なんと、練習場で自分の描いたイラスト付きの色紙に選手御本人にサインをいただく僥倖も(※コロナ前、公開練習の後にファンサービスタイムがあり、そこでサインしてもらえたり写真撮ってもらえたりしたのです)
遠藤選手の好きな所、というと多分一冊本を書けるくらいになるからぎゅっと絞ると、「背中」。飄々としてるし淡々としてるし、特別愛想がいいわけでもクールぶってるわけでもない。分かりやすい熱血さもない。けど、試合中の、目の動きやパスのひとつひとつに意味があって、それが誰よりも「勝ち」に貪欲な気がして。あと、ボールをける瞬間の姿勢?というか体がすごく美しい。本当に、何万回以上の練習の結果がそこに全部詰まってる。そういうのひっくるめて、「背中で語る」人だと思います。だから、その背中が大好きです。
いわば、生死の崖っぷちにいた私を、その背中でぐいっと思いっきり生の方に引っ張り戻してくれたのが遠藤選手。だから、勝手に私の命の恩人で、スーパースターで、ずっと私の一番なんだと思います。十年以上経っても今もその気持ちが鮮やかでまったく変わらないので、多分、このままずっと。
で、長いこと留まっていた生死の崖っぷちで私が死の方に落っこちなかったのは、THE YELLOW MONKEYのおかげ。こっちはもっと付き合いが長いし、これは多分一生ものの出会いだなあと確信する今日この頃。私の唯一無二のロックスター。
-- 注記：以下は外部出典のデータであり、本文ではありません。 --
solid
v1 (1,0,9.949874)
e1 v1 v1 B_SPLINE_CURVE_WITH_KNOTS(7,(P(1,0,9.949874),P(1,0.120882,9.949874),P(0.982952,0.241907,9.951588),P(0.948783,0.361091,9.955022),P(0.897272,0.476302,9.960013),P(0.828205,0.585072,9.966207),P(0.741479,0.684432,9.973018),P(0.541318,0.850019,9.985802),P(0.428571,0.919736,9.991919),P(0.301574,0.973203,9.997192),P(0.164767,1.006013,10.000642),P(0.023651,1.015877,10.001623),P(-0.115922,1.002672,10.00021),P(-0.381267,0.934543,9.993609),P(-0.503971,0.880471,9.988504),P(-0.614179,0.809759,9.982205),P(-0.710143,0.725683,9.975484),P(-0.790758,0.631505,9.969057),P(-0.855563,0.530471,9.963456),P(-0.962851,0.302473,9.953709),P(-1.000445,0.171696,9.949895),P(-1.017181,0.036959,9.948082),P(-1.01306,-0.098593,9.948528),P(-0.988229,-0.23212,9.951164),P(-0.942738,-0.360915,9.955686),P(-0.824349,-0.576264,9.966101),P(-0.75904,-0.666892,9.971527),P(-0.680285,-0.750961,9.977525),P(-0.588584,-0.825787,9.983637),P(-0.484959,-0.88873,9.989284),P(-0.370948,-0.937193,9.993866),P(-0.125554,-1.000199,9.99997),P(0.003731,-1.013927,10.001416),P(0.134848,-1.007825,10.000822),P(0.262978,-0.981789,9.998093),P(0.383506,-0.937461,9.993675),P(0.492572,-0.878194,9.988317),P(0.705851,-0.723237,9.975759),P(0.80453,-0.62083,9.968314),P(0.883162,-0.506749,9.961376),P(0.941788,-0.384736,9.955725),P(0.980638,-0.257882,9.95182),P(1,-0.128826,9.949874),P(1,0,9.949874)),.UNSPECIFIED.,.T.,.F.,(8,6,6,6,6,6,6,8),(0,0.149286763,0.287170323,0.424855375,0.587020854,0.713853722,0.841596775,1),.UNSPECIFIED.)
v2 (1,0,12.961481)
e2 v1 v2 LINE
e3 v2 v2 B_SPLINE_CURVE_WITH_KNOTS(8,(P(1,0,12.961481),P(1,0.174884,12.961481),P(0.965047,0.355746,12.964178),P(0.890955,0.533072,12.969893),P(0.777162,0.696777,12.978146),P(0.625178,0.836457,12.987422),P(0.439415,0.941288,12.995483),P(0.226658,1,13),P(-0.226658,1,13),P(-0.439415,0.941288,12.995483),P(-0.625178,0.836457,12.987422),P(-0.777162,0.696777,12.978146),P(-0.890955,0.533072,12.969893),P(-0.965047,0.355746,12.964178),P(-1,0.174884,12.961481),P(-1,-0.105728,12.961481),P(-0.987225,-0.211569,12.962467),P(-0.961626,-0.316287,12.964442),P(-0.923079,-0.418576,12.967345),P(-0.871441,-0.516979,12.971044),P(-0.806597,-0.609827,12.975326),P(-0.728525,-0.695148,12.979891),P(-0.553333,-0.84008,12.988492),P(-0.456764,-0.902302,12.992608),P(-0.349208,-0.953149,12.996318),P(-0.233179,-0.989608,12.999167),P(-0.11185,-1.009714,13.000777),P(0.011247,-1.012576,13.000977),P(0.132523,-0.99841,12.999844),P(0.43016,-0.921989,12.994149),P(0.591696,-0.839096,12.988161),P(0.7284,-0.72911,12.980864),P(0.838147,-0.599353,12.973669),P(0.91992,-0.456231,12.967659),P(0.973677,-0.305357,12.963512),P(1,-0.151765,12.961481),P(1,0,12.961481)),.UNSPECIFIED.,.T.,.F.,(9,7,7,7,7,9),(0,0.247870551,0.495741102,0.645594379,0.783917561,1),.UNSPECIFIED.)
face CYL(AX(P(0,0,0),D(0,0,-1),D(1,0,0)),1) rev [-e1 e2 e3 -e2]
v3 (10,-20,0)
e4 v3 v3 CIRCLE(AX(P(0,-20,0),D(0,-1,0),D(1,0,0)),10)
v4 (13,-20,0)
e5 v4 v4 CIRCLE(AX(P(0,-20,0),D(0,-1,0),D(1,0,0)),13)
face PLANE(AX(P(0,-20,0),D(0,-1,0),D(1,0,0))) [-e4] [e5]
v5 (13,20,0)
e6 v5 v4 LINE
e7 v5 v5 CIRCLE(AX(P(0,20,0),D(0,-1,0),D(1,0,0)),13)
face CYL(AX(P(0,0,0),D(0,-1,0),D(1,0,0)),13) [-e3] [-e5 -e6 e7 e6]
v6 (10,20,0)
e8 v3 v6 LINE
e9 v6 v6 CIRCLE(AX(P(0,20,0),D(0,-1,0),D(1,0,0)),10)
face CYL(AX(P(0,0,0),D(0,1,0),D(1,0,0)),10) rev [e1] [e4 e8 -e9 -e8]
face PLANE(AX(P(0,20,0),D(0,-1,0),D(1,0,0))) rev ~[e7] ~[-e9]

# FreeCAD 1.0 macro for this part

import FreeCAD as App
import Part
import Sketcher
from FreeCAD import Vector
Q = App.Units.Quantity

doc = App.newDocument("Part")
params = doc.addObject("Spreadsheet::Sheet", "Params")
for row, (alias, value) in enumerate([
    ("sketch1_diameter", "26 mm"),
    ("sketch1_diameter2", "20 mm"),
    ("pad1_length", "40 mm"),
    ("sketch2_diameter", "2 mm"),
], start=1):
    params.set(f"A{row}", alias)
    params.set(f"B{row}", "=" + value)
    params.setAlias(f"B{row}", alias)

body = doc.addObject("PartDesign::Body", "Body")

# Sketch on XZ plane
sketch1 = body.newObject("Sketcher::SketchObject", "Sketch")
sketch1.AttachmentSupport = (doc.getObject("XZ_Plane"), [""])
sketch1.MapMode = "FlatFace"
sketch1.addGeometry([
    Part.Circle(Vector(0, 0, 0), Vector(0, 0, 1), 13),
    Part.Circle(Vector(0, 0, 0), Vector(0, 0, 1), 10),
], False)
sketch1.addConstraint([
    Sketcher.Constraint("Coincident", 0, 3, -1, 1),
    Sketcher.Constraint("Coincident", 1, 3, -1, 1),
    Sketcher.Constraint("Diameter", 0, Q("26 mm")),
    Sketcher.Constraint("Diameter", 1, Q("20 mm")),
])
sketch1.setExpression("Constraints[2]", "Params.sketch1_diameter")
sketch1.setExpression("Constraints[3]", "Params.sketch1_diameter2")
pad1 = body.newObject("PartDesign::Pad", "Pad")
pad1.Profile = sketch1
pad1.setExpression("Length", "Params.pad1_length")
pad1.Midplane = True

# Sketch on XY plane
sketch2 = body.newObject("Sketcher::SketchObject", "Sketch001")
sketch2.AttachmentSupport = (doc.getObject("XY_Plane"), [""])
sketch2.MapMode = "FlatFace"
sketch2.addGeometry(Part.Circle(Vector(0, 0, 0), Vector(0, 0, 1), 1), False)
sketch2.addConstraint([
    Sketcher.Constraint("Coincident", 0, 3, -1, 1),
    Sketcher.Constraint("Diameter", 0, Q("2 mm")),
])
sketch2.setExpression("Constraints[1]", "Params.sketch2_diameter")
pocket1 = body.newObject("PartDesign::Pocket", "Pocket")
pocket1.Profile = sketch2
pocket1.Type = "ThroughAll"
pocket1.Reversed = True

doc.recompute()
他でも何度か書いてますが、そもそもTHE YELLOW MONKEYとは小学校の頃に出会って、学生時代も「なんとなく好き」で傍にい続けていました。残念ながら私がCD買い集め始めた大学生の時には彼らは解散していましたが。
病気してる時、こんだけ読書好きな私が、脳がずっとぐちゃぐちゃで文字が読めなくて。体力がないから絵も描けないし、楽器も弾けない。自分以外の人がみんな幸せそうで、成功しているように見えて、執筆や音楽や絵で食べてる人が憎くて仕方なかった時期でした。だから、どれも受け付けられなかった。
そんな中で、THE YELLOW MONKEYだけは本当にするりと私の心に入り込んで、ちゃんと満たしてくれて。曲も演奏ももちろんだし、あのルックスやライブパフォーマンスも私にはめちゃくちゃぴったり「好き」にハマって。起きてる時間は全部THE YELLOW MONKEY、っていう生活。
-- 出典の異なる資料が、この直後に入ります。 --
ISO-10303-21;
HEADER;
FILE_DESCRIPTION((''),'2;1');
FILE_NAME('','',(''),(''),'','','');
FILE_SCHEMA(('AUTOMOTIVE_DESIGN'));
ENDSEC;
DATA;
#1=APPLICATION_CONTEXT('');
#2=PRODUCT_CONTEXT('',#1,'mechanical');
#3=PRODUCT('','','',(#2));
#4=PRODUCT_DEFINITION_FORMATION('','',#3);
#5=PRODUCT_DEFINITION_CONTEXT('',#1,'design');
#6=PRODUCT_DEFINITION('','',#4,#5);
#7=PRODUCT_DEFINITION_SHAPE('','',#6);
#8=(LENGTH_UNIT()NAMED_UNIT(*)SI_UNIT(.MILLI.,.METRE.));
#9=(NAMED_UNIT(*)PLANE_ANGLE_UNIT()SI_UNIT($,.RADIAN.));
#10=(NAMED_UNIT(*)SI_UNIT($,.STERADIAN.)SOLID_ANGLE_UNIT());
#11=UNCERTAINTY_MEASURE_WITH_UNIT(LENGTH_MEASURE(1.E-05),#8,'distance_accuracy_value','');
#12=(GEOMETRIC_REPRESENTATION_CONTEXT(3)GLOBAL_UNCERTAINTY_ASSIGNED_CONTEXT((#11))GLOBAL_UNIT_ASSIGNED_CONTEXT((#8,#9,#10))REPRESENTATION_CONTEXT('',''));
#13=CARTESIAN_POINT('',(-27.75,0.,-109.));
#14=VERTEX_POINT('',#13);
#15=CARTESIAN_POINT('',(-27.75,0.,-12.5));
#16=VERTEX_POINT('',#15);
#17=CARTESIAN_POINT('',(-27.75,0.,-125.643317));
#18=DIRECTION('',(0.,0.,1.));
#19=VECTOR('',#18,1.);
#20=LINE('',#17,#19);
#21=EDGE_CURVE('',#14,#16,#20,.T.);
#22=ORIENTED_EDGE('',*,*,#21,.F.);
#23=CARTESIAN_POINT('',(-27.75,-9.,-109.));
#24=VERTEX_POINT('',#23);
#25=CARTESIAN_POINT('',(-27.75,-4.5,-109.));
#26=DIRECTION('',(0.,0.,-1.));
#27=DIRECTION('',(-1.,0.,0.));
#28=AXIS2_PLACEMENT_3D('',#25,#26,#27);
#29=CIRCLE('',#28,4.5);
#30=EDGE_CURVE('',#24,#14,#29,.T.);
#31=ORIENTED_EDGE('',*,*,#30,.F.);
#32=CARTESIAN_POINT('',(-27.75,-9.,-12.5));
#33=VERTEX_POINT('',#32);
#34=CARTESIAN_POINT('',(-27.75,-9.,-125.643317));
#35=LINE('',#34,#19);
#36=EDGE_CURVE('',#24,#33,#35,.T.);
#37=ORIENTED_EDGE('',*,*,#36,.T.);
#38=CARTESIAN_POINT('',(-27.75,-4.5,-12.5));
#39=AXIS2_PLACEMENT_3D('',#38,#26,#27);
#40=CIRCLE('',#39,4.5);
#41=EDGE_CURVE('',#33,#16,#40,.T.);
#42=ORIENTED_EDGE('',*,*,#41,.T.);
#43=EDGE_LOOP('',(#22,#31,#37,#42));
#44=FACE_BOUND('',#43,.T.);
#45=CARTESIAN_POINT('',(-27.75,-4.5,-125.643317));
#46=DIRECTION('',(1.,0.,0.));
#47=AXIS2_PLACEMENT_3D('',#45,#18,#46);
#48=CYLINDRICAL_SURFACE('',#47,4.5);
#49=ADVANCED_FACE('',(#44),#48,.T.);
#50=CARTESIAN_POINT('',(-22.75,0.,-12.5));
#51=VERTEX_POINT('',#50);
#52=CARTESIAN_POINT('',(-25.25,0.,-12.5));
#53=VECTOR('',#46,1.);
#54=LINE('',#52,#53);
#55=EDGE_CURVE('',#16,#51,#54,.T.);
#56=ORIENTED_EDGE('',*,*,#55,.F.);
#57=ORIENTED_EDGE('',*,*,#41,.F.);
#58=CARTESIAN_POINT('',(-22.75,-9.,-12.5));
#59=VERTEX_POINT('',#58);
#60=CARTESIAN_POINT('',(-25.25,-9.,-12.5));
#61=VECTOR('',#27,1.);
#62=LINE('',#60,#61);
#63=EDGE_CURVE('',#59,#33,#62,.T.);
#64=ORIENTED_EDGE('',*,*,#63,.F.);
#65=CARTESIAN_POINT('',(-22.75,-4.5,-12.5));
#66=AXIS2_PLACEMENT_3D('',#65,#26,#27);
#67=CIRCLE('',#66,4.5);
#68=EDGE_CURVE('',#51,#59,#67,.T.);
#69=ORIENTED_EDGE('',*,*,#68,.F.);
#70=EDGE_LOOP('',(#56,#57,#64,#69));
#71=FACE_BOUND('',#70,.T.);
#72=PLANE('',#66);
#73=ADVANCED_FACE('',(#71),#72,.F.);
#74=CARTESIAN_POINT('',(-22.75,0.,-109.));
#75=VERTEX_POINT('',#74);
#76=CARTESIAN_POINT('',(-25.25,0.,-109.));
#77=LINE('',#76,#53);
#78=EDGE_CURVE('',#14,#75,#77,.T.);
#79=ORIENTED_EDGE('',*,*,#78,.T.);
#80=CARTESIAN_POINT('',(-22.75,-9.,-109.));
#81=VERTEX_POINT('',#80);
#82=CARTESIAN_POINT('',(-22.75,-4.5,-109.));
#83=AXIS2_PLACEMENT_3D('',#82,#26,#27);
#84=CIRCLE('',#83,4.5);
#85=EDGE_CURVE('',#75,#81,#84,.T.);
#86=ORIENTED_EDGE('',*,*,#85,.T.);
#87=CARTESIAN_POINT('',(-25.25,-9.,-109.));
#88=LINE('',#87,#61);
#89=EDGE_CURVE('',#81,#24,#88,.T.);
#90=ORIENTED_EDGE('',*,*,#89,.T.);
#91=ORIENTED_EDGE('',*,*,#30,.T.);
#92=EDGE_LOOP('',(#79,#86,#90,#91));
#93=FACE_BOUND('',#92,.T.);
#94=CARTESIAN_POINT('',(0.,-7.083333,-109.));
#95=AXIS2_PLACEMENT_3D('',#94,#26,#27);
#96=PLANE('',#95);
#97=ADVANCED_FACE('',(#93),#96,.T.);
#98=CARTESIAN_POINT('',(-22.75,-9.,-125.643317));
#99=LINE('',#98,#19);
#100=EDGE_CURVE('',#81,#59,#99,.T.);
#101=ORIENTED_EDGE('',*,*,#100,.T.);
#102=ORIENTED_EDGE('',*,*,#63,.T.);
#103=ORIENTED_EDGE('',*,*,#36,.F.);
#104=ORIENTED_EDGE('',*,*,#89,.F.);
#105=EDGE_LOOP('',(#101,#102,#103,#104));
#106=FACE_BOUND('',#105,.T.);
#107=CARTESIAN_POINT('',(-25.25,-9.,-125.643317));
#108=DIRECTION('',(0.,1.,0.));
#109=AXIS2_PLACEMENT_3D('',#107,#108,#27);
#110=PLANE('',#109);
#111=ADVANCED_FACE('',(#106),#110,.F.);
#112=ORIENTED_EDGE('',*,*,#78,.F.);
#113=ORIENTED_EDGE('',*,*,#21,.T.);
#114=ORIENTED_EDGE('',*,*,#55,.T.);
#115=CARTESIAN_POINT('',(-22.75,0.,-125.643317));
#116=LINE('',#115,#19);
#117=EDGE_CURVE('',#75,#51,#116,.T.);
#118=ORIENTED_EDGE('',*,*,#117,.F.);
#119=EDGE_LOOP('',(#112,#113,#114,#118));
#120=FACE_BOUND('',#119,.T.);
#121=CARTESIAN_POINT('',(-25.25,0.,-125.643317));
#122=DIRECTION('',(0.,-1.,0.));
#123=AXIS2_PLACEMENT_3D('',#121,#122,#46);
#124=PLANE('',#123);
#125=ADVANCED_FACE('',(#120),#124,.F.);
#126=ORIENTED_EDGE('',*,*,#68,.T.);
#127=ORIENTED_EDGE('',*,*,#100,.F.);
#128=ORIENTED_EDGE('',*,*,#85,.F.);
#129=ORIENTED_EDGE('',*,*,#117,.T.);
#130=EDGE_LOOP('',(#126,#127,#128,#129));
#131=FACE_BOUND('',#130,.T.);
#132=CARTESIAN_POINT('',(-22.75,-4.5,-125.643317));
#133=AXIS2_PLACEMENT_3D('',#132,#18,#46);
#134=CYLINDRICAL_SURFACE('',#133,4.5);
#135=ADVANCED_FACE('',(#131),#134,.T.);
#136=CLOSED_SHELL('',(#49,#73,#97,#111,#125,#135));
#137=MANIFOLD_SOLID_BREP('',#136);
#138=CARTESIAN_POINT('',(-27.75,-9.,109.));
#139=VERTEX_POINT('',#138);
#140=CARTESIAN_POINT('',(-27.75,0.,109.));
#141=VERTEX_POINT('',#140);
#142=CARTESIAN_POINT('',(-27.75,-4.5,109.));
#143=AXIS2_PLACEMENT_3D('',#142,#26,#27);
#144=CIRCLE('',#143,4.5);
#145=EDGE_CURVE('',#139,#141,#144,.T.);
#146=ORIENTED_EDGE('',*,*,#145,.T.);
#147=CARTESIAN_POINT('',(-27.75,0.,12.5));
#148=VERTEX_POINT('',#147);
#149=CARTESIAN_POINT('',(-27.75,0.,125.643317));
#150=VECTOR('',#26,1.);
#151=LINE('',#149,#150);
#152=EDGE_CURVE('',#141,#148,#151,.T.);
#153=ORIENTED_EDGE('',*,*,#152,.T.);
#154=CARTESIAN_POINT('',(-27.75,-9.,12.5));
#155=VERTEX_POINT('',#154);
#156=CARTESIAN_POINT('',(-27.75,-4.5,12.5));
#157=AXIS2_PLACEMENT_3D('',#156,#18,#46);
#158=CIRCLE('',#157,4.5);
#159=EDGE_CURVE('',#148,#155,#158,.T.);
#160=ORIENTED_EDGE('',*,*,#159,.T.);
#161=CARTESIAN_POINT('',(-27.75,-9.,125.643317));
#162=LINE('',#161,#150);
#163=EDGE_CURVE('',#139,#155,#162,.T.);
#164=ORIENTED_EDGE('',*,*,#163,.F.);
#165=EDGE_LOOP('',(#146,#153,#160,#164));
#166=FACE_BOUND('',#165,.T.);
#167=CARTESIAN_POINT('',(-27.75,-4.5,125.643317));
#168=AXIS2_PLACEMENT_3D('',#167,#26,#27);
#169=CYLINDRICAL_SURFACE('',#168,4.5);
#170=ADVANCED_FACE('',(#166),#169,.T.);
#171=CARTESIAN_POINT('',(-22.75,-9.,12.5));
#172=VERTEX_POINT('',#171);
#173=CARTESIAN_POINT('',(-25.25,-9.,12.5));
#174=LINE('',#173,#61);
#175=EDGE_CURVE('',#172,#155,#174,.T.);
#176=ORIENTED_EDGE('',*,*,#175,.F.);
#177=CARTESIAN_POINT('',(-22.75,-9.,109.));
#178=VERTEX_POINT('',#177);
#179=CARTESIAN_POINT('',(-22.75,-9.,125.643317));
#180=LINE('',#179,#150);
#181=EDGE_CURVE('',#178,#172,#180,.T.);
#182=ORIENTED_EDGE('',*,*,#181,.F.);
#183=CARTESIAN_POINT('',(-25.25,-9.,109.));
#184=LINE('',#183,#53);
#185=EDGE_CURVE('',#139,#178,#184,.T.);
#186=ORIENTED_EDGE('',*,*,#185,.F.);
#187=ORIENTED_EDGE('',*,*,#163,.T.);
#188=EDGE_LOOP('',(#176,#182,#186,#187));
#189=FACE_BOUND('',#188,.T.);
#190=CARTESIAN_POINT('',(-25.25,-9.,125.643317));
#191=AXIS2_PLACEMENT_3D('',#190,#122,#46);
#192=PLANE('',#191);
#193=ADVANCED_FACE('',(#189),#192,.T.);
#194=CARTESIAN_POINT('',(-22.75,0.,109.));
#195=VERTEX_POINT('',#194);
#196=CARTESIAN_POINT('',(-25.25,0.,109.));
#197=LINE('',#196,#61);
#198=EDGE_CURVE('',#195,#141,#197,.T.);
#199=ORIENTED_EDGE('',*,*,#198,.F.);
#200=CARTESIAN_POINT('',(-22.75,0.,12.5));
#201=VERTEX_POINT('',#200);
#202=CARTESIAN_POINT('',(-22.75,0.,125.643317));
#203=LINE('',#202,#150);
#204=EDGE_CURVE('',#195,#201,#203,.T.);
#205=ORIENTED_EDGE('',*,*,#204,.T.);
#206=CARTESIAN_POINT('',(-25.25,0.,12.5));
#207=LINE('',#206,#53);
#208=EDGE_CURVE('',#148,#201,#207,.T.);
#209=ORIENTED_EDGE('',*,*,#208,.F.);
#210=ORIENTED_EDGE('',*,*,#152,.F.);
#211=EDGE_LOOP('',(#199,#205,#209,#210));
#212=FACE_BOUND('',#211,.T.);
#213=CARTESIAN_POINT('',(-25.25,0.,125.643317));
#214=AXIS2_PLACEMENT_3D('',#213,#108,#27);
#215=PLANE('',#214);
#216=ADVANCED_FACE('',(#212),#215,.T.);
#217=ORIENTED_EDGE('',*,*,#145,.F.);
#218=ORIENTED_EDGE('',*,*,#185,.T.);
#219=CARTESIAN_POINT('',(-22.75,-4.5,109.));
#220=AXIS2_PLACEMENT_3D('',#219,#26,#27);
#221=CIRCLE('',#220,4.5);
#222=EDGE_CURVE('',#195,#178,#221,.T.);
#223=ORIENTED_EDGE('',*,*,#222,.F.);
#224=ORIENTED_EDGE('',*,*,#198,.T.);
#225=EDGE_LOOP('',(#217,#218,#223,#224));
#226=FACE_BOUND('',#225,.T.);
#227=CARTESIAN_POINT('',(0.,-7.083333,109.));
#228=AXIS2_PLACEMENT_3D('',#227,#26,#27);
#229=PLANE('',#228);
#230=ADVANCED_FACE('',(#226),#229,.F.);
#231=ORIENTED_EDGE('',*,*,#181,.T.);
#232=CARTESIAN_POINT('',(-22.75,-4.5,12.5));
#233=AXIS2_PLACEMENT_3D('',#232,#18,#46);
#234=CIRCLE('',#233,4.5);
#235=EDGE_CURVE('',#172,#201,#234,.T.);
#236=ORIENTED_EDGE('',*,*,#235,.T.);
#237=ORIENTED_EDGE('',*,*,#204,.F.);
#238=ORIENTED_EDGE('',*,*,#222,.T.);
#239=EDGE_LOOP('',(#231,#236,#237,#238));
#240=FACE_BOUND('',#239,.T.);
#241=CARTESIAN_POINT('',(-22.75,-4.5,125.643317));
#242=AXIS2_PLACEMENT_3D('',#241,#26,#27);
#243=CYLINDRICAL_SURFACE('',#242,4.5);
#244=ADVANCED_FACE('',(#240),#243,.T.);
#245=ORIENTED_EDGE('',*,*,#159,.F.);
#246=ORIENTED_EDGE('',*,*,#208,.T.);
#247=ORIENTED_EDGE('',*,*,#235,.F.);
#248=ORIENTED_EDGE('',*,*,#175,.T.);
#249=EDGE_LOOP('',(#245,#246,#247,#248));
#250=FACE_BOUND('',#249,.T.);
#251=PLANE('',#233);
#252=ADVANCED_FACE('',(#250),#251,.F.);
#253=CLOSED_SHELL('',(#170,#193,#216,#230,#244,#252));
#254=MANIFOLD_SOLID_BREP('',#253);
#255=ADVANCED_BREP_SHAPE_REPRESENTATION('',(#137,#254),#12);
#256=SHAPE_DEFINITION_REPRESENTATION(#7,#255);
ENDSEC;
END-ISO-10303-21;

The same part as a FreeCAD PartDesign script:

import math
import FreeCAD as App
import Part
import Sketcher

V = App.Vector

doc = App.newDocument("Part")
body = doc.addObject("PartDesign::Body", "Body")

# Sketch on XY plane
sketch1 = body.newObject("Sketcher::SketchObject", "Sketch")
sketch1.AttachmentSupport = (doc.getObject("XY_Plane"), [""])
sketch1.MapMode = "FlatFace"
sketch1.AttachmentOffset = App.Placement(V(0, 0, -12.5), App.Rotation())
sketch1.addGeometry([
    Part.LineSegment(V(-22.75, 0, 0), V(-27.75, 0, 0)),
    Part.ArcOfCircle(Part.Circle(V(-27.75, -4.5, 0), V(0, 0, 1), 4.5), math.radians(90), math.radians(270)),
    Part.LineSegment(V(-27.75, -9, 0), V(-22.75, -9, 0)),
    Part.ArcOfCircle(Part.Circle(V(-22.75, -4.5, 0), V(0, 0, 1), 4.5), math.radians(-90), math.radians(90)),
], False)
sketch1.addConstraint([
    Sketcher.Constraint("Tangent", 0, 2, 1, 1),
    Sketcher.Constraint("Tangent", 1, 2, 2, 1),
    Sketcher.Constraint("Tangent", 2, 2, 3, 1),
    Sketcher.Constraint("Tangent", 3, 2, 0, 1),
    Sketcher.Constraint("Horizontal", 0),
    Sketcher.Constraint("Horizontal", 2),
    Sketcher.Constraint("PointOnObject", 0, 2, -1),
    Sketcher.Constraint("Radius", 1, 4.5),
    Sketcher.Constraint("DistanceX", 0, 2, 0, 1, 5.0),
    Sketcher.Constraint("DistanceX", 1, 3, -1, 1, 27.75),
])
pad1 = body.newObject("PartDesign::Pad", "Pad")
pad1.Profile = sketch1
pad1.Length = 96.5
pad1.Reversed = True
body2 = doc.addObject("PartDesign::Body", "Body001")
THE YELLOW MONKEY聴いてる時だけは、苦しくも悲しくもなかった。ただただ「好き」の気持ちでいられる。死にたいけど、死んだらTHE YELLOW MONKEY聴けないから、まだ死なない。今こうやって書いてても相当ヤバい状態なのですが、本当に心身の麻酔とかモルヒネ的な役割で。なんとか、毎日、それで死ななかったんだなと思います。
その後、まさかの再結成で当然のごとく大泣きしました。念願だった4人そろったライブにも行け(吉井ソロは何度か行ってた)て。嬉しくてあれだけ泣くって、人生で唯一だと思う。今も、吉井さんお願いだから無理しないでと祈りつつ、末永くゆっくり活動続けてほしいなと願っております。
ロックスターにつなぎとめられて、スーパースターに救われて、今の私がある。あらためて書いていて「色々と重すぎるだろう!」とも思ってますが、家族や恋人や配偶者という拠り所がないのでね、私。この先もひとりなのでね。勝手に重い思いを抱えているだけなら許されよう。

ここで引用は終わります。